However, the fact is not as complex as you think, above this program each ant's core program code but more than 100 lines! Why would a simple program make an ant do such a complicated thing? The answer is: the emergence of simple rules. In fact, each ant is not the kind of information we need to know about the whole world, they are concerned with only a small range of immediate information, and based on these local information using a few simple rules to make decisions, so that in the colony of the collective, the complexity of the behavior will be highlighted. This is the law of artificial life, the scientific interpretation of complexity! So, what are these simple rules? The following detailed description:

1, Scope: The range of ants observed is a square world, the ant has a parameter for the velocity radius (generally 3), then it can observe the range is 3*3 a square world, and can move distance also within this range.
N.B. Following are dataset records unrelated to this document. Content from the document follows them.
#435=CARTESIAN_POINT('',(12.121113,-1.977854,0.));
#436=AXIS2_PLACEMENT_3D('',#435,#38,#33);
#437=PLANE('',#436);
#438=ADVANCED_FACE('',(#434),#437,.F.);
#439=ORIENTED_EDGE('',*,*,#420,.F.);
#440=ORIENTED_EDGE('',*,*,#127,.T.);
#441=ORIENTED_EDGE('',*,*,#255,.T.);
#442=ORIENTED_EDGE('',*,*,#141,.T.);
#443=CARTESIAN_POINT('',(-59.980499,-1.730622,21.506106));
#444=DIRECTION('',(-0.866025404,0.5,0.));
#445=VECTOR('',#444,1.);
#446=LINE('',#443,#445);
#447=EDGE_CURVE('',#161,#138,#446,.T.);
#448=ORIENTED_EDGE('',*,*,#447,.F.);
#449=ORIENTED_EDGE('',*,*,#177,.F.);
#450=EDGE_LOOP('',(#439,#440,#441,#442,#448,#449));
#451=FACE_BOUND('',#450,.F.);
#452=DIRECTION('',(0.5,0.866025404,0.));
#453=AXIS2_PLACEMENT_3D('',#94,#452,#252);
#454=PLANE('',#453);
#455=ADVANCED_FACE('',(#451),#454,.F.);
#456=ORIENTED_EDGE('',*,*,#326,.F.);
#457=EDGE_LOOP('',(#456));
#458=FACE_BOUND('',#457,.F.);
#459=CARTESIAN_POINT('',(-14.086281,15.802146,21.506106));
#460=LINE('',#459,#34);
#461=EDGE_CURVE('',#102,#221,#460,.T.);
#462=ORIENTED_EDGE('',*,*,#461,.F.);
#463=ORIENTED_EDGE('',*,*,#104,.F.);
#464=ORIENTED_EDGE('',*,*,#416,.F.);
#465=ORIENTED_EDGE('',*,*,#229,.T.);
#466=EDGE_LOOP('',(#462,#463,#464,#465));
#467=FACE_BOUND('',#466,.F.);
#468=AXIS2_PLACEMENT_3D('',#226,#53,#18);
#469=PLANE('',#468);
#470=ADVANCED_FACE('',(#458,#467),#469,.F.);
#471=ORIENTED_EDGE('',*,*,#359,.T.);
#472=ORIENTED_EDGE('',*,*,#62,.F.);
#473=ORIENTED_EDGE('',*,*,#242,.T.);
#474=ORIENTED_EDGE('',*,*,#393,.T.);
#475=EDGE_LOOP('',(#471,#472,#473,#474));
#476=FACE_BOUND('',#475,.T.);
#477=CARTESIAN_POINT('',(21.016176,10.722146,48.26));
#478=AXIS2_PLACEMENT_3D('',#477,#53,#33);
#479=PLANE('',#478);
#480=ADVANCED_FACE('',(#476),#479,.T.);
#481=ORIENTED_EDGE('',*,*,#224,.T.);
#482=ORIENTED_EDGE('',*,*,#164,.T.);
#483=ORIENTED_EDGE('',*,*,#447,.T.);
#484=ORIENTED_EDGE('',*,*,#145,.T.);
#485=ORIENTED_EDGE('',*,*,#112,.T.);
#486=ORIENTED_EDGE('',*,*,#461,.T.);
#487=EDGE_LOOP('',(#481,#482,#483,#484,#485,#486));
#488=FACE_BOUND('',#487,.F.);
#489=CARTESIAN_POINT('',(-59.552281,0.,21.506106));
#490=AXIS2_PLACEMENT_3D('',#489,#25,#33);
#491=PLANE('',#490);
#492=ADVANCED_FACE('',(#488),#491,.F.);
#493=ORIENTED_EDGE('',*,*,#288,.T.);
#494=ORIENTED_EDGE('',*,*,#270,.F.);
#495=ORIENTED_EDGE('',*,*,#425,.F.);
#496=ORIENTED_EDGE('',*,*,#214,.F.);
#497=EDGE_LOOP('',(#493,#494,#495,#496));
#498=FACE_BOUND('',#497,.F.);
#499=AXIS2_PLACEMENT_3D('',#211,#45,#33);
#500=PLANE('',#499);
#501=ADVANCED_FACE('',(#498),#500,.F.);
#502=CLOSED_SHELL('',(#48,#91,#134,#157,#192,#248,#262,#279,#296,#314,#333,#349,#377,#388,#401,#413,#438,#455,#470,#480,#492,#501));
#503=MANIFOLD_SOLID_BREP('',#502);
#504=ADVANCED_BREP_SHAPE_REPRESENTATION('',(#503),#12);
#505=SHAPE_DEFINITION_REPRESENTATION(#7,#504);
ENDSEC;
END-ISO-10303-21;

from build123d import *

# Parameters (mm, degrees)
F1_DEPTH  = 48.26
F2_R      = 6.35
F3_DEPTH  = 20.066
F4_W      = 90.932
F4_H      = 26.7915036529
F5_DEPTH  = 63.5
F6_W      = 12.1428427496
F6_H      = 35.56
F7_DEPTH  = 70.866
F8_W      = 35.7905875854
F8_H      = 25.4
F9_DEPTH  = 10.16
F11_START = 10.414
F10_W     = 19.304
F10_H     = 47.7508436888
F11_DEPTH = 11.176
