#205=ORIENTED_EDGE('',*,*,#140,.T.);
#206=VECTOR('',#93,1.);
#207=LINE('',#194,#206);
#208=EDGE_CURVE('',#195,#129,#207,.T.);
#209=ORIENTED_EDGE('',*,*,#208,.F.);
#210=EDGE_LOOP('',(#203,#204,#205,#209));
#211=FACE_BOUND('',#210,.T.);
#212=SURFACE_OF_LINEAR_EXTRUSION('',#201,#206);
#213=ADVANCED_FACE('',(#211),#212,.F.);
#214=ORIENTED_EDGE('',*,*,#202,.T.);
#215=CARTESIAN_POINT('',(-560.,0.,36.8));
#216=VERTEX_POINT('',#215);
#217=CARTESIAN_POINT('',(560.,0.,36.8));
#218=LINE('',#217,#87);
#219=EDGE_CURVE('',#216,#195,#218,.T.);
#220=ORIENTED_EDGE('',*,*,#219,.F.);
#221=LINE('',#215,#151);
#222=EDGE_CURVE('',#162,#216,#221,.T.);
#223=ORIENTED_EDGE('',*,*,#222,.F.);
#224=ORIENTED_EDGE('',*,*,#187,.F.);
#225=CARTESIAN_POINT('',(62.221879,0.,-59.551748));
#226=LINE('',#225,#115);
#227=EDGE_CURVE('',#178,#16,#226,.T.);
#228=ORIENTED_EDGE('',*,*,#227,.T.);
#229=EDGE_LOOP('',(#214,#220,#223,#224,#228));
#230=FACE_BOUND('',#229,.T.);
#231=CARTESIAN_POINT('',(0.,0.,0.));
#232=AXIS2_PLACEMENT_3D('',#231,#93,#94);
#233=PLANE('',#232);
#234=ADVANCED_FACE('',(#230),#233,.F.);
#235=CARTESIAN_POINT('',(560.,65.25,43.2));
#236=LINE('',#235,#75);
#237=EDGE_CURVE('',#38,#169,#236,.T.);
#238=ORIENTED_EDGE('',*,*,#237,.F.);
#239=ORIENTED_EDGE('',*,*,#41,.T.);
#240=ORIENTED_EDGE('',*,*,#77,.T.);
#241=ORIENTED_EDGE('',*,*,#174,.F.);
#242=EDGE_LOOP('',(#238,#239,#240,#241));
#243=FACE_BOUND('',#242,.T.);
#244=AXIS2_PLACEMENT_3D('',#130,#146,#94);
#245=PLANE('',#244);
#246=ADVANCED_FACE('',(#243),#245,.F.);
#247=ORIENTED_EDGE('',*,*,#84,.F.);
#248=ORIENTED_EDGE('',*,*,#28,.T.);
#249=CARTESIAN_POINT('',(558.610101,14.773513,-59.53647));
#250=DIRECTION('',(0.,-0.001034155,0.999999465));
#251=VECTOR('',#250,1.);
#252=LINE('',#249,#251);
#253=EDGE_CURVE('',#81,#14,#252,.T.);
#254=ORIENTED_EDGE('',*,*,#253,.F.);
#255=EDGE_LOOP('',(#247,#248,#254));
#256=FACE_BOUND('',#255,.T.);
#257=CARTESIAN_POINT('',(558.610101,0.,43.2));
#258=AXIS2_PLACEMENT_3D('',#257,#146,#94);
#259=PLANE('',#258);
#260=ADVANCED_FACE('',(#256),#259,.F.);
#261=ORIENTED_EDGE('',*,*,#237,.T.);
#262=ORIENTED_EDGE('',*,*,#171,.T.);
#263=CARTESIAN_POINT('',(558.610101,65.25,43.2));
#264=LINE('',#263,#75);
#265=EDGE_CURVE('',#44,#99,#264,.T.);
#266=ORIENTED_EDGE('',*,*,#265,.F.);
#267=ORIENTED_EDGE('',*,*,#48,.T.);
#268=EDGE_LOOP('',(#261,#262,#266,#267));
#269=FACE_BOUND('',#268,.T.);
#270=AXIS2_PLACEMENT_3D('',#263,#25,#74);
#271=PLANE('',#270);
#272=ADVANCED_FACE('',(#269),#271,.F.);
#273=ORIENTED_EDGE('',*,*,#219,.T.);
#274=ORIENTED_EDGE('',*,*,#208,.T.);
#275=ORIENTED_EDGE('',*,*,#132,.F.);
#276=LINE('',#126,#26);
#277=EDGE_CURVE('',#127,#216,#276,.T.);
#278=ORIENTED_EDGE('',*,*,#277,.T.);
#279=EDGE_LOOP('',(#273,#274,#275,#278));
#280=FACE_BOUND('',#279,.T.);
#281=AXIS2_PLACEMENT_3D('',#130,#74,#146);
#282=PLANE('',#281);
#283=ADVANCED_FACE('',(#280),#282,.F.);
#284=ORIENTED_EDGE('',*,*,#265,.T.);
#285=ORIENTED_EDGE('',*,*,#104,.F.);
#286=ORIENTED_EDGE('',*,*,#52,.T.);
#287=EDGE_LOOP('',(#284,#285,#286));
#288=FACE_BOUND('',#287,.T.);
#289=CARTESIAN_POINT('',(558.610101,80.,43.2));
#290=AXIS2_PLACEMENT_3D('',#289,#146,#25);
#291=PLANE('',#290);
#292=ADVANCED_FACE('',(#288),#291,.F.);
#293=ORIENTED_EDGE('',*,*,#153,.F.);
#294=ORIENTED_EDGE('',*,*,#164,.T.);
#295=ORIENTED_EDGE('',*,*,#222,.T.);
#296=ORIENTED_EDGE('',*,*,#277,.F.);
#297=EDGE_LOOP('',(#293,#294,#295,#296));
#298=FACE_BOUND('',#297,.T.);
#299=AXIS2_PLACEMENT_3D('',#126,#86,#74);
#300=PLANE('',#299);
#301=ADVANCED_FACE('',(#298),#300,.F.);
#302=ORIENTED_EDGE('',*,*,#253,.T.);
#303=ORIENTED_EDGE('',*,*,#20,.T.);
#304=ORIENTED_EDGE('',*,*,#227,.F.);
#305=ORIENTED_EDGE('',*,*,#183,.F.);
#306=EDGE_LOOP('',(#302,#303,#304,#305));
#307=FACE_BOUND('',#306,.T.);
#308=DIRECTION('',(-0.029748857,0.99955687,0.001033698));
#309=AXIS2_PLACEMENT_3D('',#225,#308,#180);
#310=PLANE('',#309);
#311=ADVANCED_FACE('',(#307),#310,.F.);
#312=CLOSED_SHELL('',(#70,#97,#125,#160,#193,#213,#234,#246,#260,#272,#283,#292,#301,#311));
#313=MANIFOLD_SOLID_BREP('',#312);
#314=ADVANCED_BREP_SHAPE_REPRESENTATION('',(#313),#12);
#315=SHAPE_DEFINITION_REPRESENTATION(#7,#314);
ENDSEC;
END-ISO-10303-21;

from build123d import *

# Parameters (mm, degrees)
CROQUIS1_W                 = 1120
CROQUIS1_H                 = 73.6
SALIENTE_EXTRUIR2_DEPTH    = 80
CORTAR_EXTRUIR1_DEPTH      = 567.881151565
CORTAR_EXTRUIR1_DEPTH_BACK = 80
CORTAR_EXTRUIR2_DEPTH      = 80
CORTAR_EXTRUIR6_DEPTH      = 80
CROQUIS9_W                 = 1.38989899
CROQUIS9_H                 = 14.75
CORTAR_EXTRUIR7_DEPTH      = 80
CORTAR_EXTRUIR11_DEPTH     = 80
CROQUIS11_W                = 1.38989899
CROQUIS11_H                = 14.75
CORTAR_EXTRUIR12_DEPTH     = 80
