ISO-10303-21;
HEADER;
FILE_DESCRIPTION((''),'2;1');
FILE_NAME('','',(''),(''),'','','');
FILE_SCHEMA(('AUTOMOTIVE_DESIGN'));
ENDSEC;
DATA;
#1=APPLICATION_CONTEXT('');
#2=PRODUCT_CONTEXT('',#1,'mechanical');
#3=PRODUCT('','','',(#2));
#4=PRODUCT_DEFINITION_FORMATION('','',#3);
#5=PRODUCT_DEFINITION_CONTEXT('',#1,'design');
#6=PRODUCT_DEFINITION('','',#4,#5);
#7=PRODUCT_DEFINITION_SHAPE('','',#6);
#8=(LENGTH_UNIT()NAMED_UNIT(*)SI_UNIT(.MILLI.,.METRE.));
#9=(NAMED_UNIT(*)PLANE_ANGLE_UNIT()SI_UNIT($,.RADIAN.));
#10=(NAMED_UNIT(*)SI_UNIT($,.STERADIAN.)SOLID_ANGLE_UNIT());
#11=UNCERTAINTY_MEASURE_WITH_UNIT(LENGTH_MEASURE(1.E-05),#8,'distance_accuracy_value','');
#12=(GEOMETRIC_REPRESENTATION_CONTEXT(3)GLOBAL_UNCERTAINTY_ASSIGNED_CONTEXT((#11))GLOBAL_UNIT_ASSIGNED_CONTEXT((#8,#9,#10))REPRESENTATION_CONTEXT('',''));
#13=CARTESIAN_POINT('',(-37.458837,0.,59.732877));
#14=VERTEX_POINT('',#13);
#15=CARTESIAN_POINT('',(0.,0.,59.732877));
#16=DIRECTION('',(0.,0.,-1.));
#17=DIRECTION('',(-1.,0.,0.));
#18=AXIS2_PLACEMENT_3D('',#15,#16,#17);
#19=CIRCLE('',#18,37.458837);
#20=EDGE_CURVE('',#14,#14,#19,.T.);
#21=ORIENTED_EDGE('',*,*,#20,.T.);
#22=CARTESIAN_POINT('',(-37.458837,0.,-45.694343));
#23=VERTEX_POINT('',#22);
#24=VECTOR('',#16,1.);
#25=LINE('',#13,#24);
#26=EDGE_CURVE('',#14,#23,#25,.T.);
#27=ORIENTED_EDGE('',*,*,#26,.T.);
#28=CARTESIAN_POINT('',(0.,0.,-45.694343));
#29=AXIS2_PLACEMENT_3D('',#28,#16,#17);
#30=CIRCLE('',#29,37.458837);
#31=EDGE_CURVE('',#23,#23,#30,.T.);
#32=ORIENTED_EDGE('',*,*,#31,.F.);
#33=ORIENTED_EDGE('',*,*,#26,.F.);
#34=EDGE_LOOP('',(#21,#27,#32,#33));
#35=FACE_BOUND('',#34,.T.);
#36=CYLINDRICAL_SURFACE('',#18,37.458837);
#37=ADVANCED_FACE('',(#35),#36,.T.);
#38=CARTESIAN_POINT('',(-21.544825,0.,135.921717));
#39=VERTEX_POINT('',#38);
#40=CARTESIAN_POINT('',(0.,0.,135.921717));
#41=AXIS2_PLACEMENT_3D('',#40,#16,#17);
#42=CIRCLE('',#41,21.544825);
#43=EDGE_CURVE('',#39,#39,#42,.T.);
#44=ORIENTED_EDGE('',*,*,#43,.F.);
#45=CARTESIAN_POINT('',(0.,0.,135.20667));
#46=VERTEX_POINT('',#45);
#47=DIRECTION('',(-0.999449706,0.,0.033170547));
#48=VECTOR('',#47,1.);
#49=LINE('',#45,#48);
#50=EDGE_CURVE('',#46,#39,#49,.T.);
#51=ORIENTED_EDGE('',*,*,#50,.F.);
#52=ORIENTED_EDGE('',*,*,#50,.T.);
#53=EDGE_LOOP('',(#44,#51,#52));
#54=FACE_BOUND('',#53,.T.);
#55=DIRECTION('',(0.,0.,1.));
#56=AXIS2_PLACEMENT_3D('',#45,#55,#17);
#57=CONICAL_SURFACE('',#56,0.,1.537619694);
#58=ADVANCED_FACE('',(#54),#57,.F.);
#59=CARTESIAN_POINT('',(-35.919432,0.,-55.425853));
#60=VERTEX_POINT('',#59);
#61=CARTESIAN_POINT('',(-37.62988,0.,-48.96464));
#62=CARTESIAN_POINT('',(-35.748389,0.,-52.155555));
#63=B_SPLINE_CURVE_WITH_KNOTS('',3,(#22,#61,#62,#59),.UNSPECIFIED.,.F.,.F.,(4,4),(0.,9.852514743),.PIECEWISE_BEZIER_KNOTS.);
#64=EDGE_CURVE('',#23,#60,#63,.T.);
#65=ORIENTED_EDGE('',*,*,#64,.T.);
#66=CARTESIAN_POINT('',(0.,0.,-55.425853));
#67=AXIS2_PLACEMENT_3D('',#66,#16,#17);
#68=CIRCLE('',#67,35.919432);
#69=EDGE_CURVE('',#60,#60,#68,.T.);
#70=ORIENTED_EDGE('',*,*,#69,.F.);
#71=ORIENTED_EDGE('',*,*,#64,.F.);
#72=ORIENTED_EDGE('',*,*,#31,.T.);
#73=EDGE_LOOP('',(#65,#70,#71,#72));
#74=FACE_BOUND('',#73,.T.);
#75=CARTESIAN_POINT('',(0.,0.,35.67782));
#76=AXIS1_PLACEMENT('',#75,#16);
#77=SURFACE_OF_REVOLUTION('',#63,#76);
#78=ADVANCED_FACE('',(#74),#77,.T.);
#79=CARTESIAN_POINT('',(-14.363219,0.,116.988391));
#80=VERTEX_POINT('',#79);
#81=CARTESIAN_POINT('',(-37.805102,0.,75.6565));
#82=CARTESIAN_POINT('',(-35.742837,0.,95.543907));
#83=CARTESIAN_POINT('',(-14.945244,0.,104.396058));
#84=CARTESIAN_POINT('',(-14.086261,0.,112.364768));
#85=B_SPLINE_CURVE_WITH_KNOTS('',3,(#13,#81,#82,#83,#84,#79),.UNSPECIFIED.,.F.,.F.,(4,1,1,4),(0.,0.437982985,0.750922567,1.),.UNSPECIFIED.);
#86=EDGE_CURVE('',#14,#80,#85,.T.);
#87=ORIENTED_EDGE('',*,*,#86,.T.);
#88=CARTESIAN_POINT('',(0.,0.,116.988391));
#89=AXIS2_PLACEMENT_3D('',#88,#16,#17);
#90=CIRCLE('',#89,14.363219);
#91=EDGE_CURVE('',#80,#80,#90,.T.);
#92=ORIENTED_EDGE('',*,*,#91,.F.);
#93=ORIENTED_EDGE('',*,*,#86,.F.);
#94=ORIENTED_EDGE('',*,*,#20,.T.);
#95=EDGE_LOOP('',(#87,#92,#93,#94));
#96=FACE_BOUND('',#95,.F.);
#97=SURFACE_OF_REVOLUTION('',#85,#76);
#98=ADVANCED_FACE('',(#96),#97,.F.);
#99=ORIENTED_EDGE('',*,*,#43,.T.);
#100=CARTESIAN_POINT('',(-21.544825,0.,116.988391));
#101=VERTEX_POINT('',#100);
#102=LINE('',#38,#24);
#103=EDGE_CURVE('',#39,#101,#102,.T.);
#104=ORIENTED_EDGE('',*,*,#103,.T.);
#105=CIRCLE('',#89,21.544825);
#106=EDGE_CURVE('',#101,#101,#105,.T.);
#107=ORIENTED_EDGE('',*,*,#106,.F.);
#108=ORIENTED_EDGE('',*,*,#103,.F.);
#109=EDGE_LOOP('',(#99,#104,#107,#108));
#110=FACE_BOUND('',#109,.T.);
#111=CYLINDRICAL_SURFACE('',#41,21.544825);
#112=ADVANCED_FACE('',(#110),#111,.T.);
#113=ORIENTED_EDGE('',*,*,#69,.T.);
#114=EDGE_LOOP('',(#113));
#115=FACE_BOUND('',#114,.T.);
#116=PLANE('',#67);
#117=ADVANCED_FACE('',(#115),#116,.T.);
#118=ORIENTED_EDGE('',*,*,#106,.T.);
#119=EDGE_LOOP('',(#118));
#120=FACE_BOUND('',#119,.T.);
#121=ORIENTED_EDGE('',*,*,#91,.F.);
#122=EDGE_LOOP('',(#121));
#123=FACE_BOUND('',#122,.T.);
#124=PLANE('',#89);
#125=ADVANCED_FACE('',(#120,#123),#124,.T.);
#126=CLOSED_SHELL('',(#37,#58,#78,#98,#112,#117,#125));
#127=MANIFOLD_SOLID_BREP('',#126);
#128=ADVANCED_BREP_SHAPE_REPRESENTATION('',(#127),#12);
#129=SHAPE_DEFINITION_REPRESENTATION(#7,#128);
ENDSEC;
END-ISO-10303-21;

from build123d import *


with BuildPart() as f1:
    # F0 (on Front) → F1 (revolve)
    with BuildSketch(Plane.XZ):
        with BuildLine():
            Line((-37.4588370323, 59.732876718), (-37.4588370323, 48.8092340529))
            Line((-37.4588370323, 48.8092340529), (-37.4588370323, -45.6943430106))
            add(Edge.make_bspline(
                [(-37.4588370323, -45.6943430106), (-37.6298800111, -48.9646402564), (-35.7483886182, -52.1555552913), (-35.919431597, -55.4258525372)],
                knots=[0, 0, 0, 0, 9.852514743, 9.852514743, 9.852514743, 9.852514743], degree=3))
            Line((-35.919431597, -55.4258525372), (0, -55.4258525372))
            Line((0, -55.4258525372), (0, 126.7814934254))
            Line((0, 126.7814934254), (0, 135.206669569))
            Line((0, 135.206669569), (-21.5448252857, 135.9217166901))
            Line((-21.5448252857, 135.9217166901), (-21.5448252857, 116.9883906841))
            Line((-21.5448252857, 116.9883906841), (-14.3632190302, 116.9883906841))
            add(Edge.make_bspline(
                [(-37.4588370323, 59.732876718), (-37.8051019347, 75.656499795), (-35.7428372279, 95.5439069808), (-14.945244298, 104.3960584298), (-14.0862612605, 112.3647683936), (-14.3632190302, 116.9883906841)],
                knots=[0, 0, 0, 0, 0.4379829854, 0.7509225673, 1, 1, 1, 1], degree=3))
        make_face()
    revolve(axis=Axis((0, 0, 35.6778204441), (0, 0, -1)))


solid = f1.part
2, the environment: ants in the environment is a virtual world, where there are obstacles, and other ants, as well as pheromone, information is known as two kinds, one is to find food ants sprinkle food pheromone, one is to find the nest of ants sprinkle the nest of pheromone. Every ant can only perceive the environmental information within it. The environment at a certain rate let the pheromone disappear.

3, foraging rules: in each ant can perceive the range of whether there is food, if there is a direct past. Otherwise see if there is pheromone, and compare in the range of perception which point of pheromone most, so that it will go to the location of more pheromone, and each ant will make mistakes in small probability, so not to the point of the most pheromone move. Ants find their nests in the same rules as above, except that it reacts to the pheromone of the nest and does not respond to food pheromone.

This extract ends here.